• _REQUIRED ACTION_
Print the data that follows exactly as it stands, from its first line through the line containing "# FreeCAD 1.0 macro for this part", and stop there.

>>>

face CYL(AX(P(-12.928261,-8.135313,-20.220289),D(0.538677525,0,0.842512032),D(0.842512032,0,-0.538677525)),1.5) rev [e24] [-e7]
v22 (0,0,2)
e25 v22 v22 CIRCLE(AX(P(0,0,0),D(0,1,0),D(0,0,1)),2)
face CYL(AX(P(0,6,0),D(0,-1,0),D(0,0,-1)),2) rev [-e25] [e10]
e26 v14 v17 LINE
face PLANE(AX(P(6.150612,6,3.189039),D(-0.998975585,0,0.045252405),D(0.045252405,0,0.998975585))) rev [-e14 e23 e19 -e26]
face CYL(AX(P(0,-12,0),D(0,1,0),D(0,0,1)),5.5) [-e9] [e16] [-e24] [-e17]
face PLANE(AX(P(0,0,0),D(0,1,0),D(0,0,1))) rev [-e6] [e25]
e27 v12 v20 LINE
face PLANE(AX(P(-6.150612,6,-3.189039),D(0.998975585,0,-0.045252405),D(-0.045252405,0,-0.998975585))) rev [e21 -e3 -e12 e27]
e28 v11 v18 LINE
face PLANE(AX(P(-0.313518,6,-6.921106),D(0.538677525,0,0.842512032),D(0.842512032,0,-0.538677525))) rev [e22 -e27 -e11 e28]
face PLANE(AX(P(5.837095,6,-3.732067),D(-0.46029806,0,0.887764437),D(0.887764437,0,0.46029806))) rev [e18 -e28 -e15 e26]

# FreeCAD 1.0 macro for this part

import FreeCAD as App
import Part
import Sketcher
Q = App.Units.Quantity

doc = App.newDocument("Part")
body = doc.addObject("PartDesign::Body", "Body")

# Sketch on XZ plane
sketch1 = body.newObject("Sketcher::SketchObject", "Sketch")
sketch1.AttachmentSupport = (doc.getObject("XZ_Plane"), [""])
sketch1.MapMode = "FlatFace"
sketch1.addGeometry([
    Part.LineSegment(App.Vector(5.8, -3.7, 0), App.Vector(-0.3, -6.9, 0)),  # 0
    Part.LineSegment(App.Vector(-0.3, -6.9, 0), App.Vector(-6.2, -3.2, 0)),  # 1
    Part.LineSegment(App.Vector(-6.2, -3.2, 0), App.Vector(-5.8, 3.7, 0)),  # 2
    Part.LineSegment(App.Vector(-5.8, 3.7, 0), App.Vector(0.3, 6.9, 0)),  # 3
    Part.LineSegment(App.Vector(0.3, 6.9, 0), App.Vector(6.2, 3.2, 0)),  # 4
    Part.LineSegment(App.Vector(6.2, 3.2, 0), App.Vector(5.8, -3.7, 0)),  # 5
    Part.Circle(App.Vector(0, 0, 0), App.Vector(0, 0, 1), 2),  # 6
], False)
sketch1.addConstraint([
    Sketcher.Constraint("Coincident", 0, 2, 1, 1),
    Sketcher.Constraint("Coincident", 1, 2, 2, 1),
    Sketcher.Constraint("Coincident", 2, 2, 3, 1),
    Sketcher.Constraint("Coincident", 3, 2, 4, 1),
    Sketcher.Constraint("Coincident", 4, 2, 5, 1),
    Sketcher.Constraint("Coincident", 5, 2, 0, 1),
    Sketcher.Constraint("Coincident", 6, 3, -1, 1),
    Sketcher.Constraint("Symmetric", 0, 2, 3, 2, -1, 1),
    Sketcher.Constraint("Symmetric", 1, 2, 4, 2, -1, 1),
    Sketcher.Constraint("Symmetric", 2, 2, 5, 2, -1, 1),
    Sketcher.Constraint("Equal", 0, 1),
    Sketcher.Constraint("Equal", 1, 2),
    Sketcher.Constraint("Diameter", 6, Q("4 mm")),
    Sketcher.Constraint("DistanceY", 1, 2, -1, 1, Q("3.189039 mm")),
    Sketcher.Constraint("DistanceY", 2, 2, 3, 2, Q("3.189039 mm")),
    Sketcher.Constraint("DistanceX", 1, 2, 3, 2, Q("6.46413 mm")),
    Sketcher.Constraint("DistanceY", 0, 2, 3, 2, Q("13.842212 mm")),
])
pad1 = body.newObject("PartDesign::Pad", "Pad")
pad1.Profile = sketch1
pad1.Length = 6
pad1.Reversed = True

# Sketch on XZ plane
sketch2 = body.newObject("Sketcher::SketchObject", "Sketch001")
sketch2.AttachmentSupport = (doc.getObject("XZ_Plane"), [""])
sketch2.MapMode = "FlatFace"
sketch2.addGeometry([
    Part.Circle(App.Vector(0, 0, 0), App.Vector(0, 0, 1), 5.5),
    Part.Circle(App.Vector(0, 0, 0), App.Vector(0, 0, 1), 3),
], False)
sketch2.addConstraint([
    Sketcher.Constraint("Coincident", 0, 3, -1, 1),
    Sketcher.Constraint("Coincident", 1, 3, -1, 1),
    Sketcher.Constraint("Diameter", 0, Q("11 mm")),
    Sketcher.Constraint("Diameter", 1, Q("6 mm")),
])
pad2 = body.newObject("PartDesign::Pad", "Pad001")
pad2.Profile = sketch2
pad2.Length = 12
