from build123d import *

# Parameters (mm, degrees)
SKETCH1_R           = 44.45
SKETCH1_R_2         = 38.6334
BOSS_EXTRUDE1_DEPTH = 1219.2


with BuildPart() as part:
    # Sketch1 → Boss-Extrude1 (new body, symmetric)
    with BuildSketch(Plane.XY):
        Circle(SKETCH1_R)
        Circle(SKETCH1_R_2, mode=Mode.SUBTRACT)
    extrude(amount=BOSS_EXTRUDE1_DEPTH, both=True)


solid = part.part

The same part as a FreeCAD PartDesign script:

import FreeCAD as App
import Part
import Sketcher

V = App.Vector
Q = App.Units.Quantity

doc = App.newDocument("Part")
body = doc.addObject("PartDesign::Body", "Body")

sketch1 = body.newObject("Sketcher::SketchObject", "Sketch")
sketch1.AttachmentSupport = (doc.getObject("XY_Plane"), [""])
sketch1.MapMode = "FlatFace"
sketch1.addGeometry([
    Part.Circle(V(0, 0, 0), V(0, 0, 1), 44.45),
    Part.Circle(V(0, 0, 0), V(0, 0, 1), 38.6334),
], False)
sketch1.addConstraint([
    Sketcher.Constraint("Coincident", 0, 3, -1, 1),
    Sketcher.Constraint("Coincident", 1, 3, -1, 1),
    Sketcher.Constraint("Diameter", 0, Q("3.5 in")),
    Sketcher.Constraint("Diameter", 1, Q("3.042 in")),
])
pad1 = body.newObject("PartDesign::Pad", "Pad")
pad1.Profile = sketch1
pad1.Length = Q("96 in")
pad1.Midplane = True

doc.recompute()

<<<

• _SOLUTION TO THE EXERCISE_
face CYL(AX(P(-12.928261,-8.135313,-20.220289),D(0.538677525,0,0.842512032),D(0.842512032,0,-0.538677525)),1.5) rev [e24] [-e7]
v22 (0,0,2)
e25 v22 v22 CIRCLE(AX(P(0,0,0),D(0,1,0),D(0,0,1)),2)
face CYL(AX(P(0,6,0),D(0,-1,0),D(0,0,-1)),2) rev [-e25] [e10]
e26 v14 v17 LINE
face PLANE(AX(P(6.150612,6,3.189039),D(-0.998975585,0,0.045252405),D(0.045252405,0,0.998975585))) rev [-e14 e23 e19 -e26]
face CYL(AX(P(0,-12,0),D(0,1,0),D(0,0,1)),5.5) [-e9] [e16] [-e24] [-e17]
face PLANE(AX(P(0,0,0),D(0,1,0),D(0,0,1))) rev [-e6] [e25]
e27 v12 v20 LINE
face PLANE(AX(P(-6.150612,6,-3.189039),D(0.998975585,0,-0.045252405),D(-0.045252405,0,-0.998975585))) rev [e21 -e3 -e12 e27]
e28 v11 v18 LINE
face PLANE(AX(P(-0.313518,6,-6.921106),D(0.538677525,0,0.842512032),D(0.842512032,0,-0.538677525))) rev [e22 -e27 -e11 e28]
face PLANE(AX(P(5.837095,6,-3.732067),D(-0.46029806,0,0.887764437),D(0.887764437,0,0.46029806))) rev [e18 -e28 -e15 e26]

# FreeCAD 1.0 macro for this part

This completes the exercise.